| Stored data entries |

....

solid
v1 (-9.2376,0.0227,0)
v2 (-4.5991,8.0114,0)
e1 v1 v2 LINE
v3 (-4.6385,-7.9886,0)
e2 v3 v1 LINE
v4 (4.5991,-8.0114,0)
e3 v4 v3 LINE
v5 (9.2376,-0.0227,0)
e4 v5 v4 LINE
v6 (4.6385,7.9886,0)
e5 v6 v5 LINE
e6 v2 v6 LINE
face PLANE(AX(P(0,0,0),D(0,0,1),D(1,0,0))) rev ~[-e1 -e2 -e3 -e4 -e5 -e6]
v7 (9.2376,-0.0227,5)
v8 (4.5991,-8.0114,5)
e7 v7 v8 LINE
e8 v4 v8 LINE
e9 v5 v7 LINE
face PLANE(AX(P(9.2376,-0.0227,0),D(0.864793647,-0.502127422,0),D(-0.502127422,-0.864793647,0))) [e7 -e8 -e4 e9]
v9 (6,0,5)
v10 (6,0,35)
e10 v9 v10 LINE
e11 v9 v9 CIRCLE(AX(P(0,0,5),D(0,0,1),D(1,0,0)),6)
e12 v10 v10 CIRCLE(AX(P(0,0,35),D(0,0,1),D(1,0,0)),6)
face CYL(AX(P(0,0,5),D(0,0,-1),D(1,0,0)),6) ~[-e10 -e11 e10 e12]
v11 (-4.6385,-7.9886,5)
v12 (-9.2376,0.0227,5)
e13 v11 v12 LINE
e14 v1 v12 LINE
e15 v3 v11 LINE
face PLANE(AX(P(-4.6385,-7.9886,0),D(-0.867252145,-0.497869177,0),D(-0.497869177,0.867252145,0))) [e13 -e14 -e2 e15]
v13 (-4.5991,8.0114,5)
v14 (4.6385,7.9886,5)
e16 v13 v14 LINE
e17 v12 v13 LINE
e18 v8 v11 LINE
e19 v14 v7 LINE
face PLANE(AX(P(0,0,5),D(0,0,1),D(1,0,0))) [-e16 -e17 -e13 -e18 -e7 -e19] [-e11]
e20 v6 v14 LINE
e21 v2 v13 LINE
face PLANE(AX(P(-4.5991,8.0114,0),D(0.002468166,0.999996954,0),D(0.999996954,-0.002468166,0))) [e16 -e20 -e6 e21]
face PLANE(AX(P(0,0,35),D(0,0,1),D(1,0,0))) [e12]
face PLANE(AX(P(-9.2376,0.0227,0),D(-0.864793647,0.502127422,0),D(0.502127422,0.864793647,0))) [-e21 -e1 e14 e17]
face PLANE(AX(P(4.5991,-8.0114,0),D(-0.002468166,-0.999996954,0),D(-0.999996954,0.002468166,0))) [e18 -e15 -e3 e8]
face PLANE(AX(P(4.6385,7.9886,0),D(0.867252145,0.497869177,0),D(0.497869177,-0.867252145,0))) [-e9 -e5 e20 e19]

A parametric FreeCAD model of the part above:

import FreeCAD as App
import Part
import Sketcher

V = App.Vector
Q = App.Units.Quantity


def add_polygon(sketch, points):
    """Adds a closed chain of lines whose ends are joined by coincident constraints."""
    first, n = sketch.GeometryCount, len(points)
    for a, b in zip(points, points[1:] + points[:1]):
        sketch.addGeometry(Part.LineSegment(App.Vector(*a, 0), App.Vector(*b, 0)), False)
    for i in range(n):
        sketch.addConstraint(Sketcher.Constraint("Coincident", first + i, 2, first + (i + 1) % n, 1))

doc = App.newDocument("Part")
body = doc.addObject("PartDesign::Body", "Body")

sketch1 = doc.addObject("Sketcher::SketchObject", "Sketch")
body.addObject(sketch1)
sketch1.AttachmentSupport = (doc.XY_Plane, [""])
sketch1.MapMode = "FlatFace"
add_polygon(sketch1, [(-5, -8), (5, -8), (9, 0), (5, 8), (-5, 8), (-9, 0)])
sketch1.addConstraint([
    Sketcher.Constraint("Symmetric", 0, 2, 3, 2, -1, 1),
    Sketcher.Constraint("Symmetric", 1, 2, 4, 2, -1, 1),
    Sketcher.Constraint("Symmetric", 2, 2, 5, 2, -1, 1),
    Sketcher.Constraint("Equal", 0, 1),
    Sketcher.Constraint("Equal", 1, 2),
    Sketcher.Constraint("DistanceY", 0, 2, 2, 2, 16.0),
    Sketcher.Constraint("Angle", 1, Q("59.8592 deg")),
    Sketcher.Constraint("Angle", 2, Q("119.8591 deg")),
    Sketcher.Constraint("DistanceY", 1, 2, 3, 2, 8.034),
])
pad1 = doc.addObject("PartDesign::Pad", "Pad")
body.addObject(pad1)
pad1.Profile = sketch1
pad1.Length = 5

sketch2 = doc.addObject("Sketcher::SketchObject", "Sketch001")
body.addObject(sketch2)
sketch2.AttachmentSupport = (doc.XY_Plane, [""])
sketch2.MapMode = "FlatFace"
sketch2.AttachmentOffset = App.Placement(V(0, 0, 5), App.Rotation())
sketch2.addGeometry(Part.Circle(V(0, 0, 0), V(0, 0, 1), 6), False)
sketch2.addConstraint([
    Sketcher.Constraint("Coincident", 0, 3, -1, 1),
    Sketcher.Constraint("Diameter", 0, 12.0),
])
pad2 = doc.addObject("PartDesign::Pad", "Pad001")
body.addObject(pad2)
pad2.Profile = sketch2
pad2.Length = 30

doc.recompute()
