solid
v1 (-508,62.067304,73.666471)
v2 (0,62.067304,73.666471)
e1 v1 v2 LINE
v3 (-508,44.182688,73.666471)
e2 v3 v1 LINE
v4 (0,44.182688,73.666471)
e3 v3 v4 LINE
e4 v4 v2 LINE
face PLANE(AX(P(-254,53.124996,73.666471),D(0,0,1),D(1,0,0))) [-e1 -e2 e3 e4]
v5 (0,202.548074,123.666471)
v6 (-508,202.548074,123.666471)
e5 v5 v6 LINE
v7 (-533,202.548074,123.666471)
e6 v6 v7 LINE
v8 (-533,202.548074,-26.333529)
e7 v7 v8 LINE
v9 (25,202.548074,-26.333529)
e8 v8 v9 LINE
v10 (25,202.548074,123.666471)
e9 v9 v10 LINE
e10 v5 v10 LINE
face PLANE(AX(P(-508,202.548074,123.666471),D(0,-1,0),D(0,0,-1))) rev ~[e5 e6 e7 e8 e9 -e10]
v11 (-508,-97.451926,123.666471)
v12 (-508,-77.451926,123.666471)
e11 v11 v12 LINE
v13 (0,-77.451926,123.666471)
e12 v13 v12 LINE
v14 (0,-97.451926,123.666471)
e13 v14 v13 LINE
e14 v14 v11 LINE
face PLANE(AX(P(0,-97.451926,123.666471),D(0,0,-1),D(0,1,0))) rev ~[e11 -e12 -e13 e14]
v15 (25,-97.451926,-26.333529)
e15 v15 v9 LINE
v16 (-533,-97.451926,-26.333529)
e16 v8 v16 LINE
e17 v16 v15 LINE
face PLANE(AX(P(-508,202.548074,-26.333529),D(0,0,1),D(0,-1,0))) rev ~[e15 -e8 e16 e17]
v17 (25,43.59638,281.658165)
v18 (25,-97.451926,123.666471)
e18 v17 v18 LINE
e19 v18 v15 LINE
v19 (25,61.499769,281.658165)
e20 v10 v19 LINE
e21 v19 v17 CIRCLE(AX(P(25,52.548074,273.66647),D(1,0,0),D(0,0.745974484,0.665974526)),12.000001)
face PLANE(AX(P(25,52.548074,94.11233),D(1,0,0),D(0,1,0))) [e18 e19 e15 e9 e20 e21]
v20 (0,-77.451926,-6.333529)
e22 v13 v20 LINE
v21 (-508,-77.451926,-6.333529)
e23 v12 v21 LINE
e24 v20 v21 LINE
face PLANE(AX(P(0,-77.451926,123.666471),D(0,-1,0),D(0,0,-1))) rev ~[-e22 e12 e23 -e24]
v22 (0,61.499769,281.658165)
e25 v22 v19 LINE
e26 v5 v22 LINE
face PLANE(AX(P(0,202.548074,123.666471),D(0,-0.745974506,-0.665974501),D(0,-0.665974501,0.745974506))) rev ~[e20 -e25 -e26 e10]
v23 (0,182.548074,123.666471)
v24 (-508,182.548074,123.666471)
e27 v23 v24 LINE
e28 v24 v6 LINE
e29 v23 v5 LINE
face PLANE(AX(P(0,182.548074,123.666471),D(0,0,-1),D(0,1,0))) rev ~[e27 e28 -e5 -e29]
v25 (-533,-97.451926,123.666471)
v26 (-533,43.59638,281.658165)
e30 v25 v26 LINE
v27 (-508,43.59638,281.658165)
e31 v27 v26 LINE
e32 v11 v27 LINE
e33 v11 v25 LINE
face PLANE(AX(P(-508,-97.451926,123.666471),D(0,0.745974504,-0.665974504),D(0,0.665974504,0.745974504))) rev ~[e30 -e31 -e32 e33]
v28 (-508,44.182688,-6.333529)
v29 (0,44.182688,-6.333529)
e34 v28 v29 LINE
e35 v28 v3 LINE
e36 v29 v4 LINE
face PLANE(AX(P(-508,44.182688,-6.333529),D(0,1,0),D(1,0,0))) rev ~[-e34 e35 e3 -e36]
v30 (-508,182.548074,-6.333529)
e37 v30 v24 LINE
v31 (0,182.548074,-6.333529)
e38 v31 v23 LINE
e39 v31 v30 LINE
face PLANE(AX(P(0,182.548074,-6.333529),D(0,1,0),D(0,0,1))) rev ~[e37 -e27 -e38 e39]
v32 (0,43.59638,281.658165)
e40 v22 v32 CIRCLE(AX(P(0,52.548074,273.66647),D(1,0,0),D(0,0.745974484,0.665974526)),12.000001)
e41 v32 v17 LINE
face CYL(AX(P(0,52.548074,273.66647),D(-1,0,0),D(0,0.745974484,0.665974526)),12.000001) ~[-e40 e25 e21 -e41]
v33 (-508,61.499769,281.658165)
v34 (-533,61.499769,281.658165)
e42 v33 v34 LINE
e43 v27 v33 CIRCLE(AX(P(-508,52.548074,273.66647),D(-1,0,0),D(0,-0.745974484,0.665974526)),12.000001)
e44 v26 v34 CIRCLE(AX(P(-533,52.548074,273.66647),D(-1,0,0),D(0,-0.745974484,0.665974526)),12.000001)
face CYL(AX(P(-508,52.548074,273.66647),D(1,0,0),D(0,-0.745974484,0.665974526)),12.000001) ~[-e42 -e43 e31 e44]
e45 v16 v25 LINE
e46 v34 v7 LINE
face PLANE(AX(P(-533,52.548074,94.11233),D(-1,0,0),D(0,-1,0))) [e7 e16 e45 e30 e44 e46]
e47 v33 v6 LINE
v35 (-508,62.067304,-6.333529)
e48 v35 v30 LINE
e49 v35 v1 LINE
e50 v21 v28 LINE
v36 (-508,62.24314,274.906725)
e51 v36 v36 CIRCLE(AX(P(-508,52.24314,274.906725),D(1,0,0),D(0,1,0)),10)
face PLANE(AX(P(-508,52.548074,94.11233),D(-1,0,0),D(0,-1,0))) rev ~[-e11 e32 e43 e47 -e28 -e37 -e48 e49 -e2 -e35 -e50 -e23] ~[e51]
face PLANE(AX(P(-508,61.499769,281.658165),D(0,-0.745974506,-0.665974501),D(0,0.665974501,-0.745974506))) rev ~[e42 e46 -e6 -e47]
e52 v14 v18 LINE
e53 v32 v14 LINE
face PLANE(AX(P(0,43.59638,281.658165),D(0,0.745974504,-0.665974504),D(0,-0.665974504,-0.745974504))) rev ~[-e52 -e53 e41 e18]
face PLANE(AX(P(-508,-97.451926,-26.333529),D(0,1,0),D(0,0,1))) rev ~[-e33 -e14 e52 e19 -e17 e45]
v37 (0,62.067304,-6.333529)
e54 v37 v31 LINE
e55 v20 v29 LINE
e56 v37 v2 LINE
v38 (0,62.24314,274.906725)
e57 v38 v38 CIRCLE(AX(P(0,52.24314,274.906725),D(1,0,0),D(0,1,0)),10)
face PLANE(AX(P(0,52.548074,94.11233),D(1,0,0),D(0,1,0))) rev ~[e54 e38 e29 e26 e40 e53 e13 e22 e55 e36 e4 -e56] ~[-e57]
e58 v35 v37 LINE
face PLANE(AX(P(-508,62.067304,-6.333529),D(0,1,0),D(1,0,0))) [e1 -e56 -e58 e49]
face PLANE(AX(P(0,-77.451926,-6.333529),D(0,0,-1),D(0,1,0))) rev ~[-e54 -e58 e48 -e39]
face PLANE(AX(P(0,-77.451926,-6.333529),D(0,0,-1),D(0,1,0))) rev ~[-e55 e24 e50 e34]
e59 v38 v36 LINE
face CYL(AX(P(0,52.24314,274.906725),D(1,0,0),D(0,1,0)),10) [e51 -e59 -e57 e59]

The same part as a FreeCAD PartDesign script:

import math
import FreeCAD as App
import Part
import Sketcher

V = App.Vector


def add_polygon(sketch, points):
    """Adds a closed chain of lines whose ends are joined by coincident constraints."""
    first, n = sketch.GeometryCount, len(points)
    for a, b in zip(points, points[1:] + points[:1]):
        sketch.addGeometry(Part.LineSegment(App.Vector(*a, 0), App.Vector(*b, 0)), False)
    for i in range(n):
        sketch.addConstraint(Sketcher.Constraint("Coincident", first + i, 2, first + (i + 1) % n, 1))

doc = App.newDocument("Part")
params = doc.addObject("Spreadsheet::Sheet", "Params")
for row, (alias, value) in enumerate([
    ("sketch1_radius", "12.000001 mm"),
    ("sketch1_width", "300 mm"),
    ("sketch1_height", "150 mm"),
    ("pad1_length", "25 mm"),
    ("sketch2_width", "20 mm"),
    ("sketch2_width2", "300 mm"),
    ("sketch2_height", "150 mm"),
    ("sketch2_height2", "130 mm"),
    ("pad2_length", "508 mm"),
    ("sketch3_radius", "12.000001 mm"),
    ("sketch3_width", "300 mm"),
    ("sketch3_height", "150 mm"),
    ("pad3_length", "25 mm"),
    ("sketch4_diameter", "20 mm"),
    ("pad4_length", "508 mm"),
    ("sketch5_width", "508 mm"),
    ("pad5_length", "80 mm"),
], start=1):
    params.set(f"A{row}", alias)
    params.set(f"B{row}", "=" + value)
    params.setAlias(f"B{row}", alias)

body = doc.addObject("PartDesign::Body", "Body")

sketch1 = body.newObject("Sketcher::SketchObject", "Sketch")
sketch1.AttachmentSupport = (doc.getObject("YZ_Plane"), [""])
sketch1.MapMode = "FlatFace"
sketch1.addGeometry([
    Part.LineSegment(V(-97.451926, 123.666471, 0), V(-97.451926, -26.333529, 0)),
    Part.LineSegment(V(-97.451926, -26.333529, 0), V(202.548074, -26.333529, 0)),
    Part.LineSegment(V(202.548074, -26.333529, 0), V(202.548074, 123.666471, 0)),
    Part.LineSegment(V(202.548074, 123.666471, 0), V(61.499769, 281.658165, 0)),
    Part.ArcOfCircle(Part.Circle(V(52.548074, 273.66647, 0), V(0, 0, 1), 12.000001), math.radians(41.757132), math.radians(138.242868)),
    Part.LineSegment(V(43.59638, 281.658165, 0), V(-97.451926, 123.666471, 0)),
], False)
sketch1.addConstraint([
    Sketcher.Constraint("Coincident", 0, 2, 1, 1),
    Sketcher.Constraint("Coincident", 1, 2, 2, 1),
    Sketcher.Constraint("Coincident", 2, 2, 3, 1),
    Sketcher.Constraint("Tangent", 3, 2, 4, 1),
    Sketcher.Constraint("Tangent", 4, 2, 5, 1),
    Sketcher.Constraint("Coincident", 5, 2, 0, 1),
    Sketcher.Constraint("Vertical", 0),
    Sketcher.Constraint("Horizontal", 1),
    Sketcher.Constraint("Vertical", 2),
    Sketcher.Constraint("Horizontal", 3, 2, 4, 2),
    Sketcher.Constraint("Horizontal", 2, 2, 5, 2),
    Sketcher.Constraint("Radius", 4, 12.000001),
    Sketcher.Constraint("DistanceX", 1, 1, 1, 2, 300.0),
    Sketcher.Constraint("DistanceY", 0, 2, 0, 1, 150.0),
    Sketcher.Constraint("DistanceY", 0, 2, 4, 3, 299.999999),
    Sketcher.Constraint("DistanceY", -1, 1, 4, 3, 273.66647),
    Sketcher.Constraint("DistanceX", -1, 1, 3, 2, 61.499769),
])
sketch1.setExpression("Constraints[11]", "Params.sketch1_radius")
sketch1.setExpression("Constraints[12]", "Params.sketch1_width")
sketch1.setExpression("Constraints[13]", "Params.sketch1_height")
pad1 = body.newObject("PartDesign::Pad", "Pad")
pad1.Profile = sketch1
pad1.setExpression("Length", "Params.pad1_length")

sketch2 = body.newObject("Sketcher::SketchObject", "Sketch001")
sketch2.AttachmentSupport = (doc.getObject("YZ_Plane"), [""])
sketch2.MapMode = "FlatFace"
add_polygon(sketch2, [(182.548074, 123.666471), (202.548074, 123.666471), (202.548074, -26.333529), (-97.451926, -26.333529), (-97.451926, 123.666471), (-77.451926, 123.666471), (-77.451926, -6.333529), (182.548074, -6.333529)])
sketch2.addConstraint([
    Sketcher.Constraint("Horizontal", 0),
    Sketcher.Constraint("Vertical", 1),
    Sketcher.Constraint("Horizontal", 2),
    Sketcher.Constraint("Vertical", 3),
    Sketcher.Constraint("Horizontal", 4),
    Sketcher.Constraint("Vertical", 5),
    Sketcher.Constraint("Horizontal", 6),
    Sketcher.Constraint("Vertical", 7),
    Sketcher.Constraint("Horizontal", 0, 2, 3, 2),
    Sketcher.Constraint("Equal", 0, 4),
    Sketcher.Constraint("DistanceX", 0, 1, 0, 2, 20.0),
    Sketcher.Constraint("DistanceX", 2, 2, 2, 1, 300.0),
    Sketcher.Constraint("DistanceY", 1, 2, 1, 1, 150.0),
    Sketcher.Constraint("DistanceY", 5, 2, 5, 1, 130.0),
    Sketcher.Constraint("DistanceY", -1, 1, 0, 2, 123.666471),
    Sketcher.Constraint("DistanceX", -1, 1, 0, 2, 202.548074),
])
sketch2.setExpression("Constraints[18]", "Params.sketch2_width")
sketch2.setExpression("Constraints[19]", "Params.sketch2_width2")
sketch2.setExpression("Constraints[20]", "Params.sketch2_height")
sketch2.setExpression("Constraints[21]", "Params.sketch2_height2")
pad2 = body.newObject("PartDesign::Pad", "Pad001")
pad2.Profile = sketch2
pad2.setExpression("Length", "Params.pad2_length")
pad2.Reversed = True

sketch3 = body.newObject("Sketcher::SketchObject", "Sketch002")
sketch3.AttachmentSupport = (doc.getObject("YZ_Plane"), [""])
sketch3.MapMode = "FlatFace"
sketch3.AttachmentOffset = App.Placement(V(0, 0, -508), App.Rotation())
sketch3.addGeometry([
    Part.LineSegment(V(-97.451926, 123.666471, 0), V(43.59638, 281.658165, 0)),
    Part.ArcOfCircle(Part.Circle(V(52.548074, 273.66647, 0), V(0, 0, 1), 12.000001), math.radians(41.757132), math.radians(138.242868)),
    Part.LineSegment(V(61.499769, 281.658165, 0), V(202.548074, 123.666471, 0)),
    Part.LineSegment(V(202.548074, 123.666471, 0), V(202.548074, -26.333529, 0)),
    Part.LineSegment(V(202.548074, -26.333529, 0), V(-97.451926, -26.333529, 0)),
    Part.LineSegment(V(-97.451926, -26.333529, 0), V(-97.451926, 123.666471, 0)),
], False)
sketch3.addConstraint([
    Sketcher.Constraint("Tangent", 0, 2, 1, 2),
    Sketcher.Constraint("Tangent", 1, 1, 2, 1),
    Sketcher.Constraint("Coincident", 2, 2, 3, 1),
    Sketcher.Constraint("Coincident", 3, 2, 4, 1),
    Sketcher.Constraint("Coincident", 4, 2, 5, 1),
    Sketcher.Constraint("Coincident", 5, 2, 0, 1),
    Sketcher.Constraint("Vertical", 3),
    Sketcher.Constraint("Horizontal", 4),
    Sketcher.Constraint("Vertical", 5),
    Sketcher.Constraint("Horizontal", 0, 2, 1, 1),
    Sketcher.Constraint("Horizontal", 2, 2, 5, 2),
    Sketcher.Constraint("Radius", 1, 12.000001),
    Sketcher.Constraint("DistanceX", 4, 2, 4, 1, 300.0),
    Sketcher.Constraint("DistanceY", 3, 2, 3, 1, 150.0),
    Sketcher.Constraint("DistanceY", 2, 2, 1, 3, 149.999999),
    Sketcher.Constraint("DistanceY", -1, 1, 1, 3, 273.66647),
    Sketcher.Constraint("DistanceX", -1, 1, 0, 2, 43.59638),
])
sketch3.setExpression("Constraints[11]", "Params.sketch3_radius")
sketch3.setExpression("Constraints[12]", "Params.sketch3_width")
sketch3.setExpression("Constraints[13]", "Params.sketch3_height")
pad3 = body.newObject("PartDesign::Pad", "Pad002")
pad3.Profile = sketch3
pad3.setExpression("Length", "Params.pad3_length")
pad3.Reversed = True

sketch4 = body.newObject("Sketcher::SketchObject", "Sketch003")
sketch4.AttachmentSupport = (doc.getObject("YZ_Plane"), [""])
sketch4.MapMode = "FlatFace"
sketch4.addGeometry(Part.Circle(V(52.24314, 274.906725, 0), V(0, 0, 1), 10), False)
sketch4.addConstraint([
    Sketcher.Constraint("Diameter", 0, 20.0),
    Sketcher.Constraint("DistanceX", -1, 1, 0, 3, 52.24314),
    Sketcher.Constraint("DistanceY", -1, 1, 0, 3, 274.906725),
])
sketch4.setExpression("Constraints[0]", "Params.sketch4_diameter")
pad4 = body.newObject("PartDesign::Pad", "Pad003")
pad4.Profile = sketch4
pad4.setExpression("Length", "Params.pad4_length")
pad4.Reversed = True

sketch5 = body.newObject("Sketcher::SketchObject", "Sketch004")
sketch5.AttachmentSupport = (doc.getObject("XY_Plane"), [""])
sketch5.MapMode = "FlatFace"
sketch5.AttachmentOffset = App.Placement(V(0, 0, -6.333529), App.Rotation())
add_polygon(sketch5, [(-508, 62.067304), (-508, 44.182688), (0, 44.182688), (0, 62.067304)])
sketch5.addConstraint([
    Sketcher.Constraint("Vertical", 0),
    Sketcher.Constraint("Horizontal", 1),
    Sketcher.Constraint("Vertical", 2),
    Sketcher.Constraint("Horizontal", 3),
    Sketcher.Constraint("PointOnObject", 1, 2, -2),
    Sketcher.Constraint("DistanceX", 1, 1, 1, 2, 508.0),
    Sketcher.Constraint("DistanceY", 0, 2, 0, 1, 17.884616),
    Sketcher.Constraint("DistanceY", -1, 1, 0, 2, 44.182688),
])
sketch5.setExpression("Constraints[9]", "Params.sketch5_width")
pad5 = body.newObject("PartDesign::Pad", "Pad004")
pad5.Profile = sketch5
pad5.setExpression("Length", "Params.pad5_length")

doc.recompute()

....

| Exercise |
Taking the records above, retype every line from the one with "-e43 e31 e44]" down to the one with "e51 v36 v36", exactly and with nothing else.

| Output of the exercise |
face CYL(AX(P(-508,52.548074,273.66647),D(1,0,0),D(0,-0.745974484,0.665974526)),12.000001) ~[-e42 -e43 e31 e44]
e45 v16 v25 LINE
e46 v34 v7 LINE
face PLANE(AX(P(-533,52.548074,94.11233),D(-1,0,0),D(0,-1,0))) [e7 e16 e45 e30 e44 e46]
e47 v33 v6 LINE
v35 (-508,62.067304,-6.333529)
e48 v35 v30 LINE
e49 v35 v1 LINE
e50 v21 v28 LINE
v36 (-508,62.24314,274.906725)
e51 v36 v36 CIRCLE(AX(P(-508,52.24314,274.906725),D(1,0,0),D(0,1,0)),10)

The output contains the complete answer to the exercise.